**YOUR GOAL:** The answer must consist only of the lines from the line with "# Parameters (mm, degrees)" to the line with "(-3.999504656, 2.5), align=None)", both included, exactly as they stand below.

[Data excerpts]
--------------------

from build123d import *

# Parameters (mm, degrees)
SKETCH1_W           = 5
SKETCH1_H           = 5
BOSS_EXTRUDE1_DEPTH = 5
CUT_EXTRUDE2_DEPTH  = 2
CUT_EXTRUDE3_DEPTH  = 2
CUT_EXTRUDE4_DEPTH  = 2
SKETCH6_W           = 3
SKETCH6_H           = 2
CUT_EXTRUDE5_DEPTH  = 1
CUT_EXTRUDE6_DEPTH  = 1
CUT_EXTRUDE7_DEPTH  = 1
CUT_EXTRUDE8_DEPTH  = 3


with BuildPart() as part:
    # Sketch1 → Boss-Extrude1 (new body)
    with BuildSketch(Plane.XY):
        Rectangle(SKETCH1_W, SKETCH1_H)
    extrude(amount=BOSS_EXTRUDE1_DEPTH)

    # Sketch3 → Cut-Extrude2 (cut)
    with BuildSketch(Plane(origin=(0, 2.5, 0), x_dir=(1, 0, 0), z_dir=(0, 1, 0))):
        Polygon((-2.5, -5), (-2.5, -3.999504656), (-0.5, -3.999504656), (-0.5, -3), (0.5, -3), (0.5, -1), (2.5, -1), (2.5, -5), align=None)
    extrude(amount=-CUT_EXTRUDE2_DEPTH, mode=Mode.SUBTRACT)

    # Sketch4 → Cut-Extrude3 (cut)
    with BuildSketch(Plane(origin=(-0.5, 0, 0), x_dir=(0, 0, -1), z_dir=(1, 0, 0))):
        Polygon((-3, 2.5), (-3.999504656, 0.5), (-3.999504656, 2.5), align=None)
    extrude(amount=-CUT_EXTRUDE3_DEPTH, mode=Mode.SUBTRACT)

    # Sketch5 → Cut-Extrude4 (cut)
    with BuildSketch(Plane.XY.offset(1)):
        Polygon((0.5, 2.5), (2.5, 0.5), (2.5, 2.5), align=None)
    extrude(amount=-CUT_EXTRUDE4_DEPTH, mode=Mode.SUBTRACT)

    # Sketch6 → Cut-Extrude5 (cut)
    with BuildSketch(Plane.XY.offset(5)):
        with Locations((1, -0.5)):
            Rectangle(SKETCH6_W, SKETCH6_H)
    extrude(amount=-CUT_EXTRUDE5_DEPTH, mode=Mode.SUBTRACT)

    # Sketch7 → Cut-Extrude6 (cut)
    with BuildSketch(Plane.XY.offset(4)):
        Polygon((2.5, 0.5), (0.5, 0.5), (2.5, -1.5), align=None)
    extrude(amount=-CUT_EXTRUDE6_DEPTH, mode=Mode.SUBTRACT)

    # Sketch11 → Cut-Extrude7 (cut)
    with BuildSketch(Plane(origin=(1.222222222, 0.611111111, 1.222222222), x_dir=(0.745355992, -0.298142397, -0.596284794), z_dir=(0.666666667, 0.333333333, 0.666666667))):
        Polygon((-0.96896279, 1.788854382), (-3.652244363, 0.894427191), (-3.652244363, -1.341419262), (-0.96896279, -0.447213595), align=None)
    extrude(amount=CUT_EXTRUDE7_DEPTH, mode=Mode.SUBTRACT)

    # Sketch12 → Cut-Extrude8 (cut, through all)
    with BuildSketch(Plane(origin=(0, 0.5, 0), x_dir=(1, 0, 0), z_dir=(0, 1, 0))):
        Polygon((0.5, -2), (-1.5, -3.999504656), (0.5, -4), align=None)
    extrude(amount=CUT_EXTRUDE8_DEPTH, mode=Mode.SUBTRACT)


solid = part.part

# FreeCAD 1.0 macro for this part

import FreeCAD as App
import Part
import Sketcher


def add_polygon(sketch, points):
    """Adds a closed chain of lines whose ends are joined by coincident constraints."""
    first, n = sketch.GeometryCount, len(points)
    for a, b in zip(points, points[1:] + points[:1]):
        sketch.addGeometry(Part.LineSegment(App.Vector(*a, 0), App.Vector(*b, 0)), False)
    for i in range(n):
        sketch.addConstraint(Sketcher.Constraint("Coincident", first + i, 2, first + (i + 1) % n, 1))

doc = App.newDocument("Part")
body = doc.addObject("PartDesign::Body", "Body")
body.AllowCompound = True

sketch1 = doc.addObject("Sketcher::SketchObject", "Sketch")
body.addObject(sketch1)
sketch1.AttachmentSupport = (doc.XY_Plane, [""])
sketch1.MapMode = "FlatFace"
add_polygon(sketch1, [(-2.5, 2.5), (-2.5, -2.5), (2.5, -2.5), (2.5, 2.5)])
sketch1.addConstraint(Sketcher.Constraint("Vertical", 0))
sketch1.addConstraint(Sketcher.Constraint("Horizontal", 1))
sketch1.addConstraint(Sketcher.Constraint("Vertical", 2))
sketch1.addConstraint(Sketcher.Constraint("Horizontal", 3))
sketch1.addConstraint(Sketcher.Constraint("Symmetric", 0, 2, 2, 2, -1, 1))
sketch1.addConstraint(Sketcher.Constraint("Equal", 3, 0))
sketch1.addConstraint(Sketcher.Constraint("DistanceX", 1, 1, 1, 2, 5.0))
pad1 = doc.addObject("PartDesign::Pad", "Pad")
body.addObject(pad1)
pad1.Profile = sketch1
pad1.Length = 5

sketch2 = doc.addObject("Sketcher::SketchObject", "Sketch001")
body.addObject(sketch2)
sketch2.AttachmentSupport = (doc.XZ_Plane, [""])
sketch2.MapMode = "FlatFace"
sketch2.AttachmentOffset = App.Placement(App.Vector(0, 0, -2.5), App.Rotation())
add_polygon(sketch2, [(-2.5, 3.999505), (-2.5, 5), (2.5, 5), (2.5, 1), (0.5, 1), (0.5, 3), (-0.5, 3), (-0.5, 3.999505)])
sketch2.addConstraint(Sketcher.Constraint("Vertical", 0))
sketch2.addConstraint(Sketcher.Constraint("Horizontal", 1))
sketch2.addConstraint(Sketcher.Constraint("Vertical", 2))
sketch2.addConstraint(Sketcher.Constraint("Horizontal", 3))
sketch2.addConstraint(Sketcher.Constraint("Vertical", 4))
sketch2.addConstraint(Sketcher.Constraint("Horizontal", 5))
sketch2.addConstraint(Sketcher.Constraint("Vertical", 6))
sketch2.addConstraint(Sketcher.Constraint("Horizontal", 7))
sketch2.addConstraint(Sketcher.Constraint("Equal", 3, 7))
sketch2.addConstraint(Sketcher.Constraint("Equal", 7, 4))
sketch2.addConstraint(Sketcher.Constraint("DistanceX", 1, 1, 1, 2, 5.0))
sketch2.addConstraint(Sketcher.Constraint("DistanceX", 3, 2, 3, 1, 2.0))
sketch2.addConstraint(Sketcher.Constraint("DistanceY", 2, 2, 2, 1, 4.0))
sketch2.addConstraint(Sketcher.Constraint("DistanceY", -1, 1, 0, 2, 5.0))
sketch2.addConstraint(Sketcher.Constraint("DistanceX", 0, 2, -1, 1, 2.5))
sketch2.addConstraint(Sketcher.Constraint("DistanceY", 0, 1, 0, 2, 1.000495))
pocket1 = doc.addObject("PartDesign::Pocket", "Pocket")
body.addObject(pocket1)
pocket1.Profile = sketch2
pocket1.Length = 2
pocket1.Reversed = True

sketch3 = doc.addObject("Sketcher::SketchObject", "Sketch002")
body.addObject(sketch3)
sketch3.AttachmentSupport = (doc.YZ_Plane, [""])
sketch3.MapMode = "FlatFace"
sketch3.AttachmentOffset = App.Placement(App.Vector(0, 0, -0.5), App.Rotation())
add_polygon(sketch3, [(0.5, 3.999505), (2.5, 3), (2.5, 3.999505)])
sketch3.addConstraint(Sketcher.Constraint("Vertical", 1))
sketch3.addConstraint(Sketcher.Constraint("Horizontal", 2))
sketch3.addConstraint(Sketcher.Constraint("DistanceX", 2, 2, 2, 1, 2.0))
sketch3.addConstraint(Sketcher.Constraint("DistanceY", -1, 1, 0, 2, 3.0))
sketch3.addConstraint(Sketcher.Constraint("DistanceX", -1, 1, 0, 2, 2.5))
sketch3.addConstraint(Sketcher.Constraint("DistanceY", 1, 1, 1, 2, 0.999505))
pocket2 = doc.addObject("PartDesign::Pocket", "Pocket001")
body.addObject(pocket2)
pocket2.Profile = sketch3
pocket2.Length = 2

sketch4 = doc.addObject("Sketcher::SketchObject", "Sketch003")
body.addObject(sketch4)
sketch4.AttachmentSupport = (doc.XY_Plane, [""])
sketch4.MapMode = "FlatFace"
sketch4.AttachmentOffset = App.Placement(App.Vector(0, 0, 1), App.Rotation())
add_polygon(sketch4, [(0.5, 2.5), (2.5, 0.5), (2.5, 2.5)])
sketch4.addConstraint(Sketcher.Constraint("Vertical", 1))
sketch4.addConstraint(Sketcher.Constraint("Horizontal", 2))
sketch4.addConstraint(Sketcher.Constraint("Equal", 2, 1))
sketch4.addConstraint(Sketcher.Constraint("DistanceX", 2, 2, 2, 1, 2.0))
sketch4.addConstraint(Sketcher.Constraint("DistanceX", -1, 1, 0, 2, 2.5))
sketch4.addConstraint(Sketcher.Constraint("DistanceY", -1, 1, 0, 2, 0.5))
pocket3 = doc.addObject("PartDesign::Pocket", "Pocket002")
body.addObject(pocket3)
pocket3.Profile = sketch4
pocket3.Length = 2

sketch5 = doc.addObject("Sketcher::SketchObject", "Sketch004")
body.addObject(sketch5)
sketch5.AttachmentSupport = (doc.XY_Plane, [""])
sketch5.MapMode = "FlatFace"
sketch5.AttachmentOffset = App.Placement(App.Vector(0, 0, 5), App.Rotation())
add_polygon(sketch5, [(-0.5, 0.5), (-0.5, -1.5), (2.5, -1.5), (2.5, 0.5)])
sketch5.addConstraint(Sketcher.Constraint("Vertical", 0))
sketch5.addConstraint(Sketcher.Constraint("Horizontal", 1))
sketch5.addConstraint(Sketcher.Constraint("Vertical", 2))
sketch5.addConstraint(Sketcher.Constraint("Horizontal", 3))
sketch5.addConstraint(Sketcher.Constraint("DistanceX", 1, 1, 1, 2, 3.0))
sketch5.addConstraint(Sketcher.Constraint("DistanceY", 0, 2, 0, 1, 2.0))
sketch5.addConstraint(Sketcher.Constraint("DistanceX", 0, 2, -1, 1, 0.5))
sketch5.addConstraint(Sketcher.Constraint("DistanceY", 0, 2, -1, 1, 1.5))
pocket4 = doc.addObject("PartDesign::Pocket", "Pocket003")
body.addObject(pocket4)
pocket4.Profile = sketch5
pocket4.Length = 1

sketch6 = doc.addObject("Sketcher::SketchObject", "Sketch005")
body.addObject(sketch6)
sketch6.AttachmentSupport = (doc.XY_Plane, [""])
sketch6.MapMode = "FlatFace"
sketch6.AttachmentOffset = App.Placement(App.Vector(0, 0, 4), App.Rotation())
add_polygon(sketch6, [(2.5, 0.5), (0.5, 0.5), (2.5, -1.5)])
sketch6.addConstraint(Sketcher.Constraint("Horizontal", 0))
sketch6.addConstraint(Sketcher.Constraint("Vertical", 2))
sketch6.addConstraint(Sketcher.Constraint("Equal", 0, 2))
sketch6.addConstraint(Sketcher.Constraint("DistanceX", 0, 2, 0, 1, 2.0))
sketch6.addConstraint(Sketcher.Constraint("DistanceX", -1, 1, 0, 2, 0.5))
sketch6.addConstraint(Sketcher.Constraint("DistanceY", -1, 1, 0, 2, 0.5))
pocket5 = doc.addObject("PartDesign::Pocket", "Pocket004")
body.addObject(pocket5)
pocket5.Profile = sketch6
pocket5.Length = 1

sketch7 = doc.addObject("Sketcher::SketchObject", "Sketch006")
body.addObject(sketch7)
sketch7.Placement = App.Placement(App.Vector(1.222222, 0.611111, 1.222222), App.Rotation(App.Vector(0.745355992, -0.298142397, -0.596284794), App.Vector(0, 0.894427191, -0.447213595), App.Vector(0.666666667, 0.333333333, 0.666666667), "ZXY"))
add_polygon(sketch7, [(-0.968963, 1.788854), (-3.652244, 0.894427), (-3.652244, -1.341419), (-0.968963, -0.447214)])
sketch7.addConstraint(Sketcher.Constraint("Vertical", 1))
sketch7.addConstraint(Sketcher.Constraint("Vertical", 3))
sketch7.addConstraint(Sketcher.Constraint("DistanceY", 1, 2, 1, 1, 2.235846))
sketch7.addConstraint(Sketcher.Constraint("DistanceY", 3, 1, 3, 2, 2.236068))
sketch7.addConstraint(Sketcher.Constraint("DistanceY", 1, 2, -1, 1, 1.341419))
sketch7.addConstraint(Sketcher.Constraint("DistanceX", 1, 2, 2, 2, 2.683282))
sketch7.addConstraint(Sketcher.Constraint("DistanceY", 2, 2, 0, 2, 1.341641))
sketch7.addConstraint(Sketcher.Constraint("DistanceX", 0, 2, -1, 1, 3.652244))
pocket6 = doc.addObject("PartDesign::Pocket", "Pocket005")
body.addObject(pocket6)
pocket6.Profile = sketch7
pocket6.Length = 1
pocket6.Reversed = True

sketch8 = doc.addObject("Sketcher::SketchObject", "Sketch007")
body.addObject(sketch8)
sketch8.AttachmentSupport = (doc.XZ_Plane, [""])
sketch8.MapMode = "FlatFace"
sketch8.AttachmentOffset = App.Placement(App.Vector(0, 0, -0.5), App.Rotation())
add_polygon(sketch8, [(0.5, 2), (-1.5, 3.999505), (0.5, 4)])
sketch8.addConstraint(Sketcher.Constraint("Vertical", 2))
sketch8.addConstraint(Sketcher.Constraint("DistanceY", 2, 2, 2, 1, 2.0))
sketch8.addConstraint(Sketcher.Constraint("Distance", 1, 2.0))
sketch8.addConstraint(Sketcher.Constraint("DistanceY", -1, 1, 1, 2, 4.0))
sketch8.addConstraint(Sketcher.Constraint("DistanceX", 0, 2, -1, 1, 1.5))
sketch8.addConstraint(Sketcher.Constraint("Distance", 0, 2.828077))
pocket7 = doc.addObject("PartDesign::Pocket", "Pocket006")
body.addObject(pocket7)
pocket7.Profile = sketch8
pocket7.Type = "ThroughAll"

doc.recompute()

--------------------

**ANSWER TO THE PROBLEM:**
# Parameters (mm, degrees)
SKETCH1_W           = 5
SKETCH1_H           = 5
BOSS_EXTRUDE1_DEPTH = 5
CUT_EXTRUDE2_DEPTH  = 2
CUT_EXTRUDE3_DEPTH  = 2
CUT_EXTRUDE4_DEPTH  = 2
SKETCH6_W           = 3
SKETCH6_H           = 2
CUT_EXTRUDE5_DEPTH  = 1
CUT_EXTRUDE6_DEPTH  = 1
CUT_EXTRUDE7_DEPTH  = 1
CUT_EXTRUDE8_DEPTH  = 3


with BuildPart() as part:
    # Sketch1 → Boss-Extrude1 (new body)
    with BuildSketch(Plane.XY):
        Rectangle(SKETCH1_W, SKETCH1_H)
    extrude(amount=BOSS_EXTRUDE1_DEPTH)

    # Sketch3 → Cut-Extrude2 (cut)
    with BuildSketch(Plane(origin=(0, 2.5, 0), x_dir=(1, 0, 0), z_dir=(0, 1, 0))):
        Polygon((-2.5, -5), (-2.5, -3.999504656), (-0.5, -3.999504656), (-0.5, -3), (0.5, -3), (0.5, -1), (2.5, -1), (2.5, -5), align=None)
    extrude(amount=-CUT_EXTRUDE2_DEPTH, mode=Mode.SUBTRACT)

    # Sketch4 → Cut-Extrude3 (cut)
    with BuildSketch(Plane(origin=(-0.5, 0, 0), x_dir=(0, 0, -1), z_dir=(1, 0, 0))):
        Polygon((-3, 2.5), (-3.999504656, 0.5), (-3.999504656, 2.5), align=None)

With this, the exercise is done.